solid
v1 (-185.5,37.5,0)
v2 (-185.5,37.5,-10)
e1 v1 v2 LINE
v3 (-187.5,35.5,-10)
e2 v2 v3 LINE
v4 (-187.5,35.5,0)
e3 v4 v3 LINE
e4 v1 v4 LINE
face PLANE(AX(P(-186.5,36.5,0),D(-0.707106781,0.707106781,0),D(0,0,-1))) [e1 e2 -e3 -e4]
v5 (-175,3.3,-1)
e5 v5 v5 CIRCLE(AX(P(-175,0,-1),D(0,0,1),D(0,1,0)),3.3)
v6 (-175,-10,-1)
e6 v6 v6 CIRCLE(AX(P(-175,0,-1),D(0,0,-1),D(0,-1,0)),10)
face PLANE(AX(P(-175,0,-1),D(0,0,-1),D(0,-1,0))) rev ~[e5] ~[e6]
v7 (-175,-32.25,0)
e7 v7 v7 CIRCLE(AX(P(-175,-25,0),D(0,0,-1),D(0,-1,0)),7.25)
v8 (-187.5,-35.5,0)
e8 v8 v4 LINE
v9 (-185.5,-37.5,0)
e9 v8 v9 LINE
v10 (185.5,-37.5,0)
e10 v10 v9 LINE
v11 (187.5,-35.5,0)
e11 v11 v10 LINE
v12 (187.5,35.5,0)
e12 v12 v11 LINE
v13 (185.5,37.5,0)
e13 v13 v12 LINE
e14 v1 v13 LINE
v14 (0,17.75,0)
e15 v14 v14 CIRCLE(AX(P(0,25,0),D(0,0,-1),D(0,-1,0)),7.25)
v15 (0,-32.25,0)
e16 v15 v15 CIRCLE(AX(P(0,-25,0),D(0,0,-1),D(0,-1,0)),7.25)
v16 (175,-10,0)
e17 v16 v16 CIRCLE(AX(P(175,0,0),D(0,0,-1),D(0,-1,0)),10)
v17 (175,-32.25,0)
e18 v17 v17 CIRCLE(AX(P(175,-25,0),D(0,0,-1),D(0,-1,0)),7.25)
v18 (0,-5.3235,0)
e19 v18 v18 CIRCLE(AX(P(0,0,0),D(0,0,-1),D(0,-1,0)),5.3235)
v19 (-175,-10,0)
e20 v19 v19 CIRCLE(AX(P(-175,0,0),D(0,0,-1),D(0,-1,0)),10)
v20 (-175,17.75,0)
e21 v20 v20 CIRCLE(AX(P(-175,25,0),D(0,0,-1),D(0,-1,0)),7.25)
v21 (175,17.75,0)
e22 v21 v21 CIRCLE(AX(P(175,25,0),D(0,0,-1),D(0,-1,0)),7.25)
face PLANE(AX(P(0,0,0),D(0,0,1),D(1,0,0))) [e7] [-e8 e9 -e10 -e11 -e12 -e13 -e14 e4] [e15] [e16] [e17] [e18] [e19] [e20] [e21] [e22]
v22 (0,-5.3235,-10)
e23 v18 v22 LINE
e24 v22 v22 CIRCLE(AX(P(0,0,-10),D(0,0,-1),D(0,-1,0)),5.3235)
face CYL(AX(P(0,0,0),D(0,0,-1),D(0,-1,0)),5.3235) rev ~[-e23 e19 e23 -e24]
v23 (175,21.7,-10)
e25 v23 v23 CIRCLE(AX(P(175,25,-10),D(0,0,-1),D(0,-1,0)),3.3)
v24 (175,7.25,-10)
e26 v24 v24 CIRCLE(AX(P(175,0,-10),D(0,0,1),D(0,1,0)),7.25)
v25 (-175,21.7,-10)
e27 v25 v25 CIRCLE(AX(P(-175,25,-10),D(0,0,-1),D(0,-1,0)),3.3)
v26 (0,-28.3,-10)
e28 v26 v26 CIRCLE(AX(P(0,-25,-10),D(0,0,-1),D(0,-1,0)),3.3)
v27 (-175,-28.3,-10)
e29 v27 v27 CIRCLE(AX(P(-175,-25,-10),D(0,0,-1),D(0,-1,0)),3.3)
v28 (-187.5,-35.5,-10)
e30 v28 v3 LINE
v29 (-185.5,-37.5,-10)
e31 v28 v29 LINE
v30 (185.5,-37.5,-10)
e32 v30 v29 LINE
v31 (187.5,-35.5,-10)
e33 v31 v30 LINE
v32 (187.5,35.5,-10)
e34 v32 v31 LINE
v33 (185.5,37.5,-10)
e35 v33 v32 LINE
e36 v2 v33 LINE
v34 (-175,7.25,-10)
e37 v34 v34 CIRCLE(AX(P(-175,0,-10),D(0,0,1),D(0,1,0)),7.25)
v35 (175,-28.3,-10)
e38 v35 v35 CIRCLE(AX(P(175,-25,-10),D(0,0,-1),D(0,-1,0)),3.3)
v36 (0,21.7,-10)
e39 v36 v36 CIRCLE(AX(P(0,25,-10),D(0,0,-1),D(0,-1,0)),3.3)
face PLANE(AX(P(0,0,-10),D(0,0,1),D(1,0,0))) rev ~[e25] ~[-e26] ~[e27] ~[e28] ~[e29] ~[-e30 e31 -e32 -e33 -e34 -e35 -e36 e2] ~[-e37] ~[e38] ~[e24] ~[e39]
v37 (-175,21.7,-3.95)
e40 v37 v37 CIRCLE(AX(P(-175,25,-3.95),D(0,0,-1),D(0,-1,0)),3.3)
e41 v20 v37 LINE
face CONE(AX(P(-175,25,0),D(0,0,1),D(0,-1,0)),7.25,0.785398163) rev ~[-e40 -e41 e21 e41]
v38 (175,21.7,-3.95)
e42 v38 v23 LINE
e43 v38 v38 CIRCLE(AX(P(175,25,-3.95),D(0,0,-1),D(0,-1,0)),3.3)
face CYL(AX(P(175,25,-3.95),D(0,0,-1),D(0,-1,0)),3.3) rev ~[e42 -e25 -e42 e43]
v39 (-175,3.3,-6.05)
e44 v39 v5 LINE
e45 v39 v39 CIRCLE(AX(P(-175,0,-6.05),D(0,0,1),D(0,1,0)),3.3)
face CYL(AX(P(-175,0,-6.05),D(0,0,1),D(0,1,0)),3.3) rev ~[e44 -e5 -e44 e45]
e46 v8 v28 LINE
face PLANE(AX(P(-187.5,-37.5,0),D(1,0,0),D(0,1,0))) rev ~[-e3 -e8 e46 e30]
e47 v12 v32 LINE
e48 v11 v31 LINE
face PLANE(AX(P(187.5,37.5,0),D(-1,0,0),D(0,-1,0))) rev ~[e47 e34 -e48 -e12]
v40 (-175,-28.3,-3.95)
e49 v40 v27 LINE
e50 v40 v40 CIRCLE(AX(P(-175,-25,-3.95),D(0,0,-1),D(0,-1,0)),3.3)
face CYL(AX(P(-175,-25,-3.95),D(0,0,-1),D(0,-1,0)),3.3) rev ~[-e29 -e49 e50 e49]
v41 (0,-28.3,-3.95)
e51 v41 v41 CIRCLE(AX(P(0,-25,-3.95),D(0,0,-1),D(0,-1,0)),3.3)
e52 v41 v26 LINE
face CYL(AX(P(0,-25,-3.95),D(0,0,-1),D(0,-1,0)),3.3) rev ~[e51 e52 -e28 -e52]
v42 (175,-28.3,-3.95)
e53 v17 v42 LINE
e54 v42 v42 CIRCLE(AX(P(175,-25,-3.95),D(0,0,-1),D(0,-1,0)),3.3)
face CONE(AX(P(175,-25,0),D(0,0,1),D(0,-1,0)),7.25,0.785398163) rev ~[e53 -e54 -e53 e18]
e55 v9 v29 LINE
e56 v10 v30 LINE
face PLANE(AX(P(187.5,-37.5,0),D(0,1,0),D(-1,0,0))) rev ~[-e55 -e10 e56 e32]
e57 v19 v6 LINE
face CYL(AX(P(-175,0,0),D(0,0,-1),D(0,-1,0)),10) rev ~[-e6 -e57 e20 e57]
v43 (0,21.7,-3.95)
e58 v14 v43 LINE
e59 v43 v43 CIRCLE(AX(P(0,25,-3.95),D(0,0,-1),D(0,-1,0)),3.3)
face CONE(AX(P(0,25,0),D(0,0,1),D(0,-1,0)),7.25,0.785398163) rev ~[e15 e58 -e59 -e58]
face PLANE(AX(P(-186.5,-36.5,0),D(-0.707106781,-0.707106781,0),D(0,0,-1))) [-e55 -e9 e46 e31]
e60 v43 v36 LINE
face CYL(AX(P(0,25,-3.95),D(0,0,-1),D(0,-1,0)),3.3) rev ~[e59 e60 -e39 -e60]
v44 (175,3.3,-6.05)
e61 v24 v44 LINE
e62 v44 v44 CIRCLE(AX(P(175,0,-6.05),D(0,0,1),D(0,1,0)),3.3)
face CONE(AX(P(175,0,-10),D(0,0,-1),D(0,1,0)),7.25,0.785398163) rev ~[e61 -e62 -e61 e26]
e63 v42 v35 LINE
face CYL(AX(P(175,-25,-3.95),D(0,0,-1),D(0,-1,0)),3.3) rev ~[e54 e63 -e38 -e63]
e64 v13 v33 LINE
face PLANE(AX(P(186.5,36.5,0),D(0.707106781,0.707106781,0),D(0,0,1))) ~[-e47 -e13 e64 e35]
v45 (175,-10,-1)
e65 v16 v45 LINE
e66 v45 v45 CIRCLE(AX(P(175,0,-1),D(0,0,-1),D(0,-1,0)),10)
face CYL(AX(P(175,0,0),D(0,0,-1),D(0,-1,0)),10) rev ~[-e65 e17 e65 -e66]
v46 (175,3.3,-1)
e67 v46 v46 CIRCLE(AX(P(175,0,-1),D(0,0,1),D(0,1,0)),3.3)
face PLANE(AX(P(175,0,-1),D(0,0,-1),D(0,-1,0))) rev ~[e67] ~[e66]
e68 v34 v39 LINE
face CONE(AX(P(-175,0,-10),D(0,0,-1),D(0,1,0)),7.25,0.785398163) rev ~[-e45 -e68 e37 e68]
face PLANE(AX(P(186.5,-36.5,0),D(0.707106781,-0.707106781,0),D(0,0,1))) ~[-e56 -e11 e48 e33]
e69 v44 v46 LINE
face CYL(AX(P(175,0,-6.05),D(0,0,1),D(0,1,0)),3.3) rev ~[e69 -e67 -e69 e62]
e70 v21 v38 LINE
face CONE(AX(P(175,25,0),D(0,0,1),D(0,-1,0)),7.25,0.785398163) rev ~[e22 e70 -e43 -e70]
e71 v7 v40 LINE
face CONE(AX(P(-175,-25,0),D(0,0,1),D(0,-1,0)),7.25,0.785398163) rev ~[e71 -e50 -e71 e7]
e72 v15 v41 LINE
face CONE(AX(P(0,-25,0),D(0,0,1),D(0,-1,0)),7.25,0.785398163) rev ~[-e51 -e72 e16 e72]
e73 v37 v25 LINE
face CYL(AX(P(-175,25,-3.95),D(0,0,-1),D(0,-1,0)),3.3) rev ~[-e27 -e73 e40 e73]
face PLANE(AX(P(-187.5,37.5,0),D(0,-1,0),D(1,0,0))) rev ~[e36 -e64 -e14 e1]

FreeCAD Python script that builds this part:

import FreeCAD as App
import Part
import Sketcher


def edges_at(feature, points):
    """Names of the edges that pass closest to the given points."""
    edges = feature.Shape.Edges
    near = lambda p: min(range(len(edges)), key=lambda i: edges[i].distToShape(Part.Vertex(*p))[0])
    return sorted({f"Edge{near(p) + 1}" for p in points})

doc = App.newDocument("Part")
params = doc.addObject("Spreadsheet::Sheet", "Params")
for row, (alias, value) in enumerate([
    ("sketch1_width", "375 mm"),
    ("sketch1_height", "75 mm"),
    ("pad1_length", "10 mm"),
    ("sketch2_diameter", "6.6 mm"),
    ("hole_diameter", "6.6 mm"),
    ("hole_csink_diameter", "14.5 mm"),
    ("hole2_diameter", "10.647 mm"),
    ("sketch4_diameter", "20 mm"),
    ("hole3_diameter", "20 mm"),
    ("hole3_depth", "1 mm"),
    ("sketch5_diameter", "6.6 mm"),
    ("hole4_diameter", "6.6 mm"),
    ("hole4_csink_diameter", "14.5 mm"),
    ("chamfer_size", "2 mm"),
], start=1):
    params.set(f"A{row}", alias)
    params.set(f"B{row}", "=" + value)
    params.setAlias(f"B{row}", alias)

body = doc.addObject("PartDesign::Body", "Body")

# Sketch on XY plane
sketch1 = body.newObject("Sketcher::SketchObject", "Sketch")
sketch1.AttachmentSupport = (doc.getObject("XY_Plane"), [""])
sketch1.MapMode = "FlatFace"
sketch1.addGeometry(Part.LineSegment(App.Vector(188, 38, 0), App.Vector(-188, 38, 0)), False)
sketch1.addGeometry(Part.LineSegment(App.Vector(-188, 38, 0), App.Vector(-188, -38, 0)), False)
sketch1.addGeometry(Part.LineSegment(App.Vector(-188, -38, 0), App.Vector(188, -38, 0)), False)
sketch1.addGeometry(Part.LineSegment(App.Vector(188, -38, 0), App.Vector(188, 38, 0)), False)
sketch1.addConstraint(Sketcher.Constraint("Coincident", 0, 2, 1, 1))
sketch1.addConstraint(Sketcher.Constraint("Coincident", 1, 2, 2, 1))
sketch1.addConstraint(Sketcher.Constraint("Coincident", 2, 2, 3, 1))
sketch1.addConstraint(Sketcher.Constraint("Coincident", 3, 2, 0, 1))
sketch1.addConstraint(Sketcher.Constraint("Horizontal", 0))
sketch1.addConstraint(Sketcher.Constraint("Vertical", 1))
sketch1.addConstraint(Sketcher.Constraint("Horizontal", 2))
sketch1.addConstraint(Sketcher.Constraint("Vertical", 3))
sketch1.addConstraint(Sketcher.Constraint("Symmetric", 0, 2, 2, 2, -1, 1))
sketch1.addConstraint(Sketcher.Constraint("DistanceX", 0, 2, 0, 1, 375.0))
sketch1.addConstraint(Sketcher.Constraint("DistanceY", 1, 2, 1, 1, 75.0))
sketch1.setExpression("Constraints[9]", "Params.sketch1_width")
sketch1.setExpression("Constraints[10]", "Params.sketch1_height")
pad1 = body.newObject("PartDesign::Pad", "Pad")
pad1.Profile = sketch1
pad1.setExpression("Length", "Params.pad1_length")
pad1.Reversed = True

# Sketch on XY plane
sketch2 = body.newObject("Sketcher::SketchObject", "Sketch001")
sketch2.AttachmentSupport = (doc.getObject("XY_Plane"), [""])
sketch2.MapMode = "FlatFace"
sketch2.addGeometry(Part.Circle(App.Vector(-175, 25, 0), App.Vector(0, 0, 1), 3.3), False)
sketch2.addGeometry(Part.Circle(App.Vector(175, 25, 0), App.Vector(0, 0, 1), 3.3), False)
sketch2.addGeometry(Part.Circle(App.Vector(-175, -25, 0), App.Vector(0, 0, 1), 3.3), False)
sketch2.addGeometry(Part.Circle(App.Vector(175, -25, 0), App.Vector(0, 0, 1), 3.3), False)
sketch2.addGeometry(Part.Circle(App.Vector(0, 25, 0), App.Vector(0, 0, 1), 3.3), False)
sketch2.addGeometry(Part.Circle(App.Vector(0, -25, 0), App.Vector(0, 0, 1), 3.3), False)
sketch2.addConstraint(Sketcher.Constraint("Equal", 0, 1))
sketch2.addConstraint(Sketcher.Constraint("Equal", 1, 2))
sketch2.addConstraint(Sketcher.Constraint("Equal", 2, 3))
sketch2.addConstraint(Sketcher.Constraint("Equal", 3, 4))
sketch2.addConstraint(Sketcher.Constraint("Equal", 4, 5))
sketch2.addConstraint(Sketcher.Constraint("Symmetric", 1, 3, 2, 3, -1, 1))
sketch2.addConstraint(Sketcher.Constraint("Symmetric", 0, 3, 3, 3, -1, 1))
sketch2.addConstraint(Sketcher.Constraint("Symmetric", 4, 3, 5, 3, -1, 1))
sketch2.addConstraint(Sketcher.Constraint("Symmetric", 0, 3, 1, 3, -2))
sketch2.addConstraint(Sketcher.Constraint("PointOnObject", 4, 3, -2))
sketch2.addConstraint(Sketcher.Constraint("Horizontal", 1, 3, 4, 3))
sketch2.addConstraint(Sketcher.Constraint("Diameter", 0, 6.6))
sketch2.addConstraint(Sketcher.Constraint("DistanceX", 0, 3, -1, 1, 175.0))
sketch2.addConstraint(Sketcher.Constraint("DistanceY", -1, 1, 0, 3, 25.0))
sketch2.setExpression("Constraints[11]", "Params.sketch2_diameter")
doc.recompute()
hole = body.newObject("PartDesign::Hole", "Hole")
hole.Profile = sketch2
hole.ThreadType = "None"
hole.setExpression("Diameter", "Params.hole_diameter")
hole.DepthType = "ThroughAll"
hole.HoleCutType = "Countersink"
hole.setExpression("HoleCutDiameter", "Params.hole_csink_diameter")
hole.HoleCutCountersinkAngle = 90

# Sketch on XY plane
sketch3 = body.newObject("Sketcher::SketchObject", "Sketch002")
sketch3.AttachmentSupport = (doc.getObject("XY_Plane"), [""])
sketch3.MapMode = "FlatFace"
sketch3.addGeometry(Part.Circle(App.Vector(0, 0, 0), App.Vector(0, 0, 1), 5), False)
sketch3.addConstraint(Sketcher.Constraint("Coincident", 0, 3, -1, 1))
sketch3.addConstraint(Sketcher.Constraint("Diameter", 0, 10.647))
doc.recompute()
hole2 = body.newObject("PartDesign::Hole", "Hole001")
hole2.Profile = sketch3
hole2.ThreadType = "None"
hole2.setExpression("Diameter", "Params.hole2_diameter")
hole2.DepthType = "ThroughAll"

- [TASK TO COMPLETE]
Between the first line of the entries above and the line with "v15 (0,-32.25,0)", both included, copy every line exactly and nothing outside that range.

- [ANSWER TO THIS EXERCISE]
solid
v1 (-185.5,37.5,0)
v2 (-185.5,37.5,-10)
e1 v1 v2 LINE
v3 (-187.5,35.5,-10)
e2 v2 v3 LINE
v4 (-187.5,35.5,0)
e3 v4 v3 LINE
e4 v1 v4 LINE
face PLANE(AX(P(-186.5,36.5,0),D(-0.707106781,0.707106781,0),D(0,0,-1))) [e1 e2 -e3 -e4]
v5 (-175,3.3,-1)
e5 v5 v5 CIRCLE(AX(P(-175,0,-1),D(0,0,1),D(0,1,0)),3.3)
v6 (-175,-10,-1)
e6 v6 v6 CIRCLE(AX(P(-175,0,-1),D(0,0,-1),D(0,-1,0)),10)
face PLANE(AX(P(-175,0,-1),D(0,0,-1),D(0,-1,0))) rev ~[e5] ~[e6]
v7 (-175,-32.25,0)
e7 v7 v7 CIRCLE(AX(P(-175,-25,0),D(0,0,-1),D(0,-1,0)),7.25)
v8 (-187.5,-35.5,0)
e8 v8 v4 LINE
v9 (-185.5,-37.5,0)
e9 v8 v9 LINE
v10 (185.5,-37.5,0)
e10 v10 v9 LINE
v11 (187.5,-35.5,0)
e11 v11 v10 LINE
v12 (187.5,35.5,0)
e12 v12 v11 LINE
v13 (185.5,37.5,0)
e13 v13 v12 LINE
e14 v1 v13 LINE
v14 (0,17.75,0)
e15 v14 v14 CIRCLE(AX(P(0,25,0),D(0,0,-1),D(0,-1,0)),7.25)
v15 (0,-32.25,0)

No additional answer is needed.